# NEED HELP : identifying Whizzer Motorcycle



## NateDogg17 (Jun 11, 2019)

One owner, seems to be re painted, I have serial number and model number of unit. S#1844 M#1601 
Any information would be great, thanks !


----------



## Vincer (Jun 11, 2019)

It looks to me to be a 1949 Sportsman with possibly a later 300 series motor. It also has the sought after Bi-matic transmission.

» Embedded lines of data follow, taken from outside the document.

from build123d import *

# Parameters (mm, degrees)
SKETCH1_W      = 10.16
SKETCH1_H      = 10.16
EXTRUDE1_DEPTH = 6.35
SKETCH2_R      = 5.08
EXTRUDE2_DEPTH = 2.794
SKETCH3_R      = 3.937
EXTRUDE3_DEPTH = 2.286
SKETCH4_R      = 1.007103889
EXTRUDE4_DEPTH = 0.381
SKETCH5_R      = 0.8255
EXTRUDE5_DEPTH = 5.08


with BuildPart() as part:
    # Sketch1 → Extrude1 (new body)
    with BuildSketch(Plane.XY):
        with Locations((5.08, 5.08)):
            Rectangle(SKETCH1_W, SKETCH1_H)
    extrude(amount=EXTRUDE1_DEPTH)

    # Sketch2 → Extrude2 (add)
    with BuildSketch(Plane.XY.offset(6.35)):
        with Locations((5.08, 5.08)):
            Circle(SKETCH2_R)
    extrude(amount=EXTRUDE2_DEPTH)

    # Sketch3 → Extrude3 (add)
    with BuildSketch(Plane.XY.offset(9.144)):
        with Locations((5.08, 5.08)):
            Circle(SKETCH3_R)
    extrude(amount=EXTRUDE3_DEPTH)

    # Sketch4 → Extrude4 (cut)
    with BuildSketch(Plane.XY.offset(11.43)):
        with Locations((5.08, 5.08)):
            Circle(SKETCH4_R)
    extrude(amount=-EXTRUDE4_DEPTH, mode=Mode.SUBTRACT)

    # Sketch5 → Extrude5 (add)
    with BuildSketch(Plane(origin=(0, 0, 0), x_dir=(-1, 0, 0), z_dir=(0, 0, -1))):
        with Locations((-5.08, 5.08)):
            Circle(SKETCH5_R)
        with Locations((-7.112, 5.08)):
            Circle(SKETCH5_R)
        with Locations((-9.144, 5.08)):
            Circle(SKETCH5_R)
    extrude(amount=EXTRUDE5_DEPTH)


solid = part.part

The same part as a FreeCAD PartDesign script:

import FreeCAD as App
import Part
import Sketcher
from FreeCAD import Vector
Q = App.Units.Quantity

doc = App.newDocument("Part")
params = doc.addObject("Spreadsheet::Sheet", "Params")
for row, (alias, value) in enumerate([
    ("sketch1_width", "0.4 in"),
    ("pad1_length", "0.25 in"),
    ("sketch2_diameter", "0.4 in"),
    ("pad2_length", "0.11 in"),
    ("sketch3_diameter", "0.31 in"),
    ("pad3_length", "0.09 in"),
    ("pocket1_length", "0.015 in"),
    ("sketch5_diameter", "0.065 in"),
    ("pad4_length", "0.2 in"),
], start=1):
    params.set(f"A{row}", alias)
    params.set(f"B{row}", "=" + value)
    params.setAlias(f"B{row}", alias)

body = doc.addObject("PartDesign::Body", "Body")

# Sketch on XY plane
sketch1 = doc.addObject("Sketcher::SketchObject", "Sketch")
body.addObject(sketch1)
sketch1.AttachmentSupport = (doc.XY_Plane, [""])
sketch1.MapMode = "FlatFace"
sketch1.addGeometry([
    Part.LineSegment(Vector(0, 10, 0), Vector(0, 0, 0)),
    Part.LineSegment(Vector(0, 0, 0), Vector(10, 0, 0)),
    Part.LineSegment(Vector(10, 0, 0), Vector(10, 10, 0)),
    Part.LineSegment(Vector(10, 10, 0), Vector(0, 10, 0)),
], False)
sketch1.addConstraint([
    Sketcher.Constraint("Coincident", 0, 2, 1, 1),
    Sketcher.Constraint("Coincident", 1, 2, 2, 1),
    Sketcher.Constraint("Coincident", 2, 2, 3, 1),
    Sketcher.Constraint("Coincident", 3, 2, 0, 1),
    Sketcher.Constraint("Vertical", 0),
    Sketcher.Constraint("Horizontal", 1),
    Sketcher.Constraint("Vertical", 2),
    Sketcher.Constraint("Horizontal", 3),
    Sketcher.Constraint("Coincident", 0, 2, -1, 1),
    Sketcher.Constraint("Equal", 3, 0),
    Sketcher.Constraint("DistanceX", 1, 1, 1, 2, Q("0.4 in")),
])
sketch1.setExpression("Constraints[10]", "Params.sketch1_width")
pad1 = doc.addObject("PartDesign::Pad", "Pad")
body.addObject(pad1)
pad1.Profile = sketch1
pad1.setExpression("Length", "Params.pad1_length")

# Sketch on XY plane
sketch2 = doc.addObject("Sketcher::SketchObject", "Sketch001")
body.addObject(sketch2)
sketch2.AttachmentSupport = (doc.XY_Plane, [""])
sketch2.MapMode = "FlatFace"
sketch2.AttachmentOffset = App.Placement(Vector(0, 0, 0.25 * 25.4), App.Rotation())
sketch2.addGeometry(Part.Circle(Vector(5, 5, 0), Vector(0, 0, 1), 5), False)
sketch2.addConstraint([
    Sketcher.Constraint("Diameter", 0, Q("0.4 in")),
    Sketcher.Constraint("DistanceX", -1, 1, 0, 3, Q("0.2 in")),
    Sketcher.Constraint("DistanceY", -1, 1, 0, 3, Q("0.2 in")),
])
sketch2.setExpression("Constraints[0]", "Params.sketch2_diameter")
pad2 = doc.addObject("PartDesign::Pad", "Pad001")
body.addObject(pad2)
pad2.Profile = sketch2
pad2.setExpression("Length", "Params.pad2_length")

# Sketch on XY plane
sketch3 = doc.addObject("Sketcher::SketchObject", "Sketch002")
body.addObject(sketch3)
sketch3.AttachmentSupport = (doc.XY_Plane, [""])
sketch3.MapMode = "FlatFace"
sketch3.AttachmentOffset = App.Placement(Vector(0, 0, 0.36 * 25.4), App.Rotation())
sketch3.addGeometry(Part.Circle(Vector(5.1, 5.1, 0), Vector(0, 0, 1), 3.9), False)
sketch3.addConstraint([
    Sketcher.Constraint("Diameter", 0, Q("0.31 in")),
    Sketcher.Constraint("DistanceX", -1, 1, 0, 3, Q("0.2 in")),
    Sketcher.Constraint("DistanceY", -1, 1, 0, 3, Q("0.2 in")),
])
sketch3.setExpression("Constraints[0]", "Params.sketch3_diameter")
pad3 = doc.addObject("PartDesign::Pad", "Pad002")
body.addObject(pad3)
pad3.Profile = sketch3
pad3.setExpression("Length", "Params.pad3_length")

# Sketch on XY plane
sketch4 = doc.addObject("Sketcher::SketchObject", "Sketch003")
body.addObject(sketch4)
sketch4.AttachmentSupport = (doc.XY_Plane, [""])
sketch4.MapMode = "FlatFace"
sketch4.AttachmentOffset = App.Placement(Vector(0, 0, 0.45 * 25.4), App.Rotation())
sketch4.addGeometry(Part.Circle(Vector(5.1, 5.1, 0), Vector(0, 0, 1), 1), False)
sketch4.addConstraint([
    Sketcher.Constraint("DistanceX", -1, 1, 0, 3, Q("0.2 in")),
    Sketcher.Constraint("DistanceY", -1, 1, 0, 3, Q("0.2 in")),
    Sketcher.Constraint("Diameter", 0, 2.014208),
])
pocket1 = doc.addObject("PartDesign::Pocket", "Pocket")
body.addObject(pocket1)
pocket1.Profile = sketch4
pocket1.setExpression("Length", "Params.pocket1_length")

# Sketch on XY plane
sketch5 = doc.addObject("Sketcher::SketchObject", "Sketch004")
body.addObject(sketch5)
sketch5.AttachmentSupport = (doc.XY_Plane, [""])
sketch5.MapMode = "FlatFace"
sketch5.addGeometry([
    Part.Circle(Vector(5.1, 5.1, 0), Vector(0, 0, 1), 0.8),
    Part.Circle(Vector(7.1, 5.1, 0), Vector(0, 0, 1), 0.8),
    Part.Circle(Vector(9.1, 5.1, 0), Vector(0, 0, 1), 0.8),
], False)
sketch5.addConstraint([
    Sketcher.Constraint("Equal", 0, 1),
    Sketcher.Constraint("Equal", 1, 2),
    Sketcher.Constraint("Horizontal", 0, 3, 1, 3),
    Sketcher.Constraint("Horizontal", 1, 3, 2, 3),
    Sketcher.Constraint("Diameter", 0, Q("0.065 in")),
    Sketcher.Constraint("DistanceX", -1, 1, 0, 3, Q("0.2 in")),
    Sketcher.Constraint("DistanceY", -1, 1, 0, 3, Q("0.2 in")),
    Sketcher.Constraint("DistanceX", -1, 1, 1, 3, Q("0.28 in")),
    Sketcher.Constraint("DistanceX", -1, 1, 2, 3, Q("0.36 in")),
])
sketch5.setExpression("Constraints[4]", "Params.sketch5_diameter")
pad4 = doc.addObject("PartDesign::Pad", "Pad003")
body.addObject(pad4)
pad4.Profile = sketch5
pad4.setExpression("Length", "Params.pad4_length")
pad4.Reversed = True

doc.recompute()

Excellent find.


----------



## bricycle (Jun 11, 2019)

Welcome to the CABE!!
what he said (I guess) you're in W. Dundee, IL??? I'm in W. Dundee!!!!!


----------



## Chiptosser (Jun 11, 2019)

I agree, you have a 49 sportsman,  small rear brake, auto clutch, different goose neck, just like mine.


----------



## Goldenrod (Jul 28, 2019)

bricycle said:


> Welcome to the CABE!!
> what he said (I guess) you're in W. Dundee, IL??? I'm in W. Dundee!!!!!





bricycle said:


> Welcome to the CABE!!
> what he said (I guess) you're in W. Dundee, IL??? I'm in W. Dundee!!!!!





bricycle said:


> Welcome to the CABE!!
> what he said (I guess) you're in W. Dundee, IL??? I'm in W. Dundee!!!!!





Are you coming to the Whizzer picnic in Union, IL Sept 21?  Free t-shirt swap, ride with about 75 people?  You buy your lunch.  Ray Goldenrod


----------